For the people of Cambodia, five more years under Hun will likely bring about an intensification of the status quo. Further limitation on free speech and the free press, economic development that largely benefits the country’s wealthy elite and fails to trickle down to the average Cambodian, and a government that is even less accountable to its citizens.

And for the wider region, it is expected that the next half-decade will see an even closer relationship between Cambodia and China. This election, with all its controversy, has driven the wedge between Cambodia and the United States and Europe even deeper.
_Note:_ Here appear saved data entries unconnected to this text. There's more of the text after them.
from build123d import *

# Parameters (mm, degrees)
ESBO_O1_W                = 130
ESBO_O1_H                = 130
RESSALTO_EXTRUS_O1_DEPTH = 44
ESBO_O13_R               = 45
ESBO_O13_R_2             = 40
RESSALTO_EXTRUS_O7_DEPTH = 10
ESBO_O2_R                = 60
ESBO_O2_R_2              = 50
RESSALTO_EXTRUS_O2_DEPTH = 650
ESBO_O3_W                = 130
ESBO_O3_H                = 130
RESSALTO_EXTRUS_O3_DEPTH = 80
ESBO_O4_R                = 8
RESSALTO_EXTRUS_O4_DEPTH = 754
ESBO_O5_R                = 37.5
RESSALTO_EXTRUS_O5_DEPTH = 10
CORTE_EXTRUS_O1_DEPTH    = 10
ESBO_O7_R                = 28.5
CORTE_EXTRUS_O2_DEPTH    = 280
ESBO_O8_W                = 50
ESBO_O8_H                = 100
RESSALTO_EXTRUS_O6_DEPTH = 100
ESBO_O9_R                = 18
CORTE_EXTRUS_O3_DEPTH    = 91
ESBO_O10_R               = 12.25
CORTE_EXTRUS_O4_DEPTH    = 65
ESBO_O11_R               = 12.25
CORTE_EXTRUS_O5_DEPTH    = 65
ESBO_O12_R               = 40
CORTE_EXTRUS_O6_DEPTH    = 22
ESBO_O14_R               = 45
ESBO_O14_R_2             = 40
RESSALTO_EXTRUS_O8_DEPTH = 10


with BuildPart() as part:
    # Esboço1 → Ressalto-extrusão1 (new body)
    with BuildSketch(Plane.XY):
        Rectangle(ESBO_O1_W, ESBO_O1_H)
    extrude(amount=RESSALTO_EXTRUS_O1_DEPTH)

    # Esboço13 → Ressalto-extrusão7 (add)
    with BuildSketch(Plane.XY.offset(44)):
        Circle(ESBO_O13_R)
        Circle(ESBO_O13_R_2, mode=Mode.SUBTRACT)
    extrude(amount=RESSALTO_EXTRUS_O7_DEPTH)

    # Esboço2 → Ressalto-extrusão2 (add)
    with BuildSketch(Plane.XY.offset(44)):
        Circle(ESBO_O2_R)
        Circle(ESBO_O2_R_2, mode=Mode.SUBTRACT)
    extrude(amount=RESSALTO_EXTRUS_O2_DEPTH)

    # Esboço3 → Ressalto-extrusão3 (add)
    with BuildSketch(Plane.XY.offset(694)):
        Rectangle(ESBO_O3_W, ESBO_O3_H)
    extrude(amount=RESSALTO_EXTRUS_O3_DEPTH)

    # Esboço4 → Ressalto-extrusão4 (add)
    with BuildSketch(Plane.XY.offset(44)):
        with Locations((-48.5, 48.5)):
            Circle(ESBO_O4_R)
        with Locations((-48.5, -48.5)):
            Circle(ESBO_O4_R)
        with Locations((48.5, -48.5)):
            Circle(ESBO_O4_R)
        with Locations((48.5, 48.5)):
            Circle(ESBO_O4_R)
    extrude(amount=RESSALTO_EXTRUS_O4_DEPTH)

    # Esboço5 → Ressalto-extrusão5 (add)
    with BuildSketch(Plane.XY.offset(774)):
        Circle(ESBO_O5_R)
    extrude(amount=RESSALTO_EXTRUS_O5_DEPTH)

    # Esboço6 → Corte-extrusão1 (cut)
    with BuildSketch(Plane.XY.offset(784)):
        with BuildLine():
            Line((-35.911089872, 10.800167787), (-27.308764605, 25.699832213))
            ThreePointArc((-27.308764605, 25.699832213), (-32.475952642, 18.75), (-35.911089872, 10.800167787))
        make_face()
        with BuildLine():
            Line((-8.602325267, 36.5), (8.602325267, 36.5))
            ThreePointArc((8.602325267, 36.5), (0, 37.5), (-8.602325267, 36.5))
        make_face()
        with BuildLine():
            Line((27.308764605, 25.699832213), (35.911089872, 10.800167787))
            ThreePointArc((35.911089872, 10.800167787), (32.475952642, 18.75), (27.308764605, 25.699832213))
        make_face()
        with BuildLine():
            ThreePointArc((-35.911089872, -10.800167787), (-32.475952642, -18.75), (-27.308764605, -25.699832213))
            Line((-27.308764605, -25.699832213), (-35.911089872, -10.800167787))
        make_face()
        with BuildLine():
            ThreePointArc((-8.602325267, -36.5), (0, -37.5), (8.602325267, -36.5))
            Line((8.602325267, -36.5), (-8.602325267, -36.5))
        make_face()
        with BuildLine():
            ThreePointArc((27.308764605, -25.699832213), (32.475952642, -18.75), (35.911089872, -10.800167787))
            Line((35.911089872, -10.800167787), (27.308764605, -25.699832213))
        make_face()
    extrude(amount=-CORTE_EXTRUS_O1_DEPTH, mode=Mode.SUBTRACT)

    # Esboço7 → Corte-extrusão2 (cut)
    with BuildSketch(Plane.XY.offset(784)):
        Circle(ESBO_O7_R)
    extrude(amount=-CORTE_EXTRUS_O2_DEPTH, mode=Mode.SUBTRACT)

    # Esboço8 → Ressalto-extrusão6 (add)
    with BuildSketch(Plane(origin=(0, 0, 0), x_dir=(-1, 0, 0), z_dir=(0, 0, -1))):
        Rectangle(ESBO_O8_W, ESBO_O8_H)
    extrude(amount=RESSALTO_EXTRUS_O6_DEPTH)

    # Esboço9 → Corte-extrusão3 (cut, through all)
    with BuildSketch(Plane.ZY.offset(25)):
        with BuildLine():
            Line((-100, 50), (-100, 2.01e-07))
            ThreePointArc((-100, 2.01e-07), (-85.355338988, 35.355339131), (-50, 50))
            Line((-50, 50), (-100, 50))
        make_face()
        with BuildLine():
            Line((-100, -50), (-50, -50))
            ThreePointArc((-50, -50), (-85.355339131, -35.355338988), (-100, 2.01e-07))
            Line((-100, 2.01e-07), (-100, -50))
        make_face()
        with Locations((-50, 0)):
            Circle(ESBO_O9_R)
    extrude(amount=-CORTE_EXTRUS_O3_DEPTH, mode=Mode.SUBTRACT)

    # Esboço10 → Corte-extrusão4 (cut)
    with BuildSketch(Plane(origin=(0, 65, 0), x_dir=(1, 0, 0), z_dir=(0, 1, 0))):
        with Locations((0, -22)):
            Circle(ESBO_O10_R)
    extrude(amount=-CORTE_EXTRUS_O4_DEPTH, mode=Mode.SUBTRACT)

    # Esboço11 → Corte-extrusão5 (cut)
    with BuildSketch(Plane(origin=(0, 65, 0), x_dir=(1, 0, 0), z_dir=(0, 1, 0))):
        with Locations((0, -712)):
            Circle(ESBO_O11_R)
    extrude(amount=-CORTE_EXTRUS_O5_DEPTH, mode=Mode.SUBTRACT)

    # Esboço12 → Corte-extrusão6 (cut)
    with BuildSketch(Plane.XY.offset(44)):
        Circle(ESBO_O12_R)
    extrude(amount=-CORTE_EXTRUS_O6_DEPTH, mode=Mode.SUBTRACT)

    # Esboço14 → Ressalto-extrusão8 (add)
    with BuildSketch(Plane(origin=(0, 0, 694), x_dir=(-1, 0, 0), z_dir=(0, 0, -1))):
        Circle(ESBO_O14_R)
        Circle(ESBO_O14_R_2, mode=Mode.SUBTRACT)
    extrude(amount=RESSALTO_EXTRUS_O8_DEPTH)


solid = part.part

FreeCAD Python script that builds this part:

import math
import FreeCAD as App
import Part
import Sketcher
Q = App.Units.Quantity


def add_polygon(sketch, points):
    """Adds a closed chain of lines whose ends are joined by coincident constraints."""
    first, n = sketch.GeometryCount, len(points)
    for a, b in zip(points, points[1:] + points[:1]):
        sketch.addGeometry(Part.LineSegment(App.Vector(*a, 0), App.Vector(*b, 0)), False)
    for i in range(n):
        sketch.addConstraint(Sketcher.Constraint("Coincident", first + i, 2, first + (i + 1) % n, 1))

doc = App.newDocument("Part")
body = doc.addObject("PartDesign::Body", "Body")

sketch1 = body.newObject("Sketcher::SketchObject", "Sketch")
sketch1.AttachmentSupport = (doc.getObject("XY_Plane"), [""])
sketch1.MapMode = "FlatFace"
add_polygon(sketch1, [(-65, 65), (-65, -65), (65, -65), (65, 65)])
sketch1.addConstraint(Sketcher.Constraint("Vertical", 0))
sketch1.addConstraint(Sketcher.Constraint("Horizontal", 1))
sketch1.addConstraint(Sketcher.Constraint("Vertical", 2))
sketch1.addConstraint(Sketcher.Constraint("Horizontal", 3))
sketch1.addConstraint(Sketcher.Constraint("Symmetric", 0, 2, 2, 2, -1, 1))
sketch1.addConstraint(Sketcher.Constraint("Equal", 3, 0))
sketch1.addConstraint(Sketcher.Constraint("DistanceX", 1, 1, 1, 2, Q("130 mm")))
pad1 = body.newObject("PartDesign::Pad", "Pad")
pad1.Profile = sketch1
pad1.Length = 44

sketch2 = body.newObject("Sketcher::SketchObject", "Sketch001")
sketch2.AttachmentSupport = (doc.getObject("XY_Plane"), [""])
sketch2.MapMode = "FlatFace"
sketch2.AttachmentOffset = App.Placement(App.Vector(0, 0, 44), App.Rotation())
sketch2.addGeometry(Part.Circle(App.Vector(0, 0, 0), App.Vector(0, 0, 1), 45), False)
sketch2.addGeometry(Part.Circle(App.Vector(0, 0, 0), App.Vector(0, 0, 1), 40), False)
sketch2.addConstraint(Sketcher.Constraint("Coincident", 0, 3, -1, 1))
sketch2.addConstraint(Sketcher.Constraint("Coincident", 1, 3, -1, 1))
sketch2.addConstraint(Sketcher.Constraint("Diameter", 0, Q("90 mm")))
sketch2.addConstraint(Sketcher.Constraint("Diameter", 1, Q("80 mm")))
pad2 = body.newObject("PartDesign::Pad", "Pad001")
pad2.Profile = sketch2
pad2.Length = 10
And Cambodia is expected to be pulled even further into China’s orbit if the country is cut off from the tariff-free access to American and European markets it currently enjoys.

China has not been subtle in its assessment that a Hun Sen victory is in its best interest—the Chinese ambassador was given a prominent position on the stage for at least one CPP campaign rally. He did not attend the rallies of any of the other minor parties on the ballot. Cambodia gets financial support out of this arrangement in the form of loans and investment for large-scale infrastructure projects and China gets a vocal champion for its strategy in the region.

Hun Sen has indicated that these next five years won’t be the end of his rule. In speeches, he says that he intends to stay on as Prime Minister for at least a decade longer. And beyond that, it is expected that he will do everything within his ever-expanding powers to see that the next leader of Cambodia comes from his own family.

The most likely outcome is that he will try to pass the torch to one of his sons, either Hun Many, 35, who currently runs the CPP’s youth wing, or his eldest, Hun Manet, 40, who has risen through the ranks of the Royal Cambodian Armed Forces and is now a four-star general.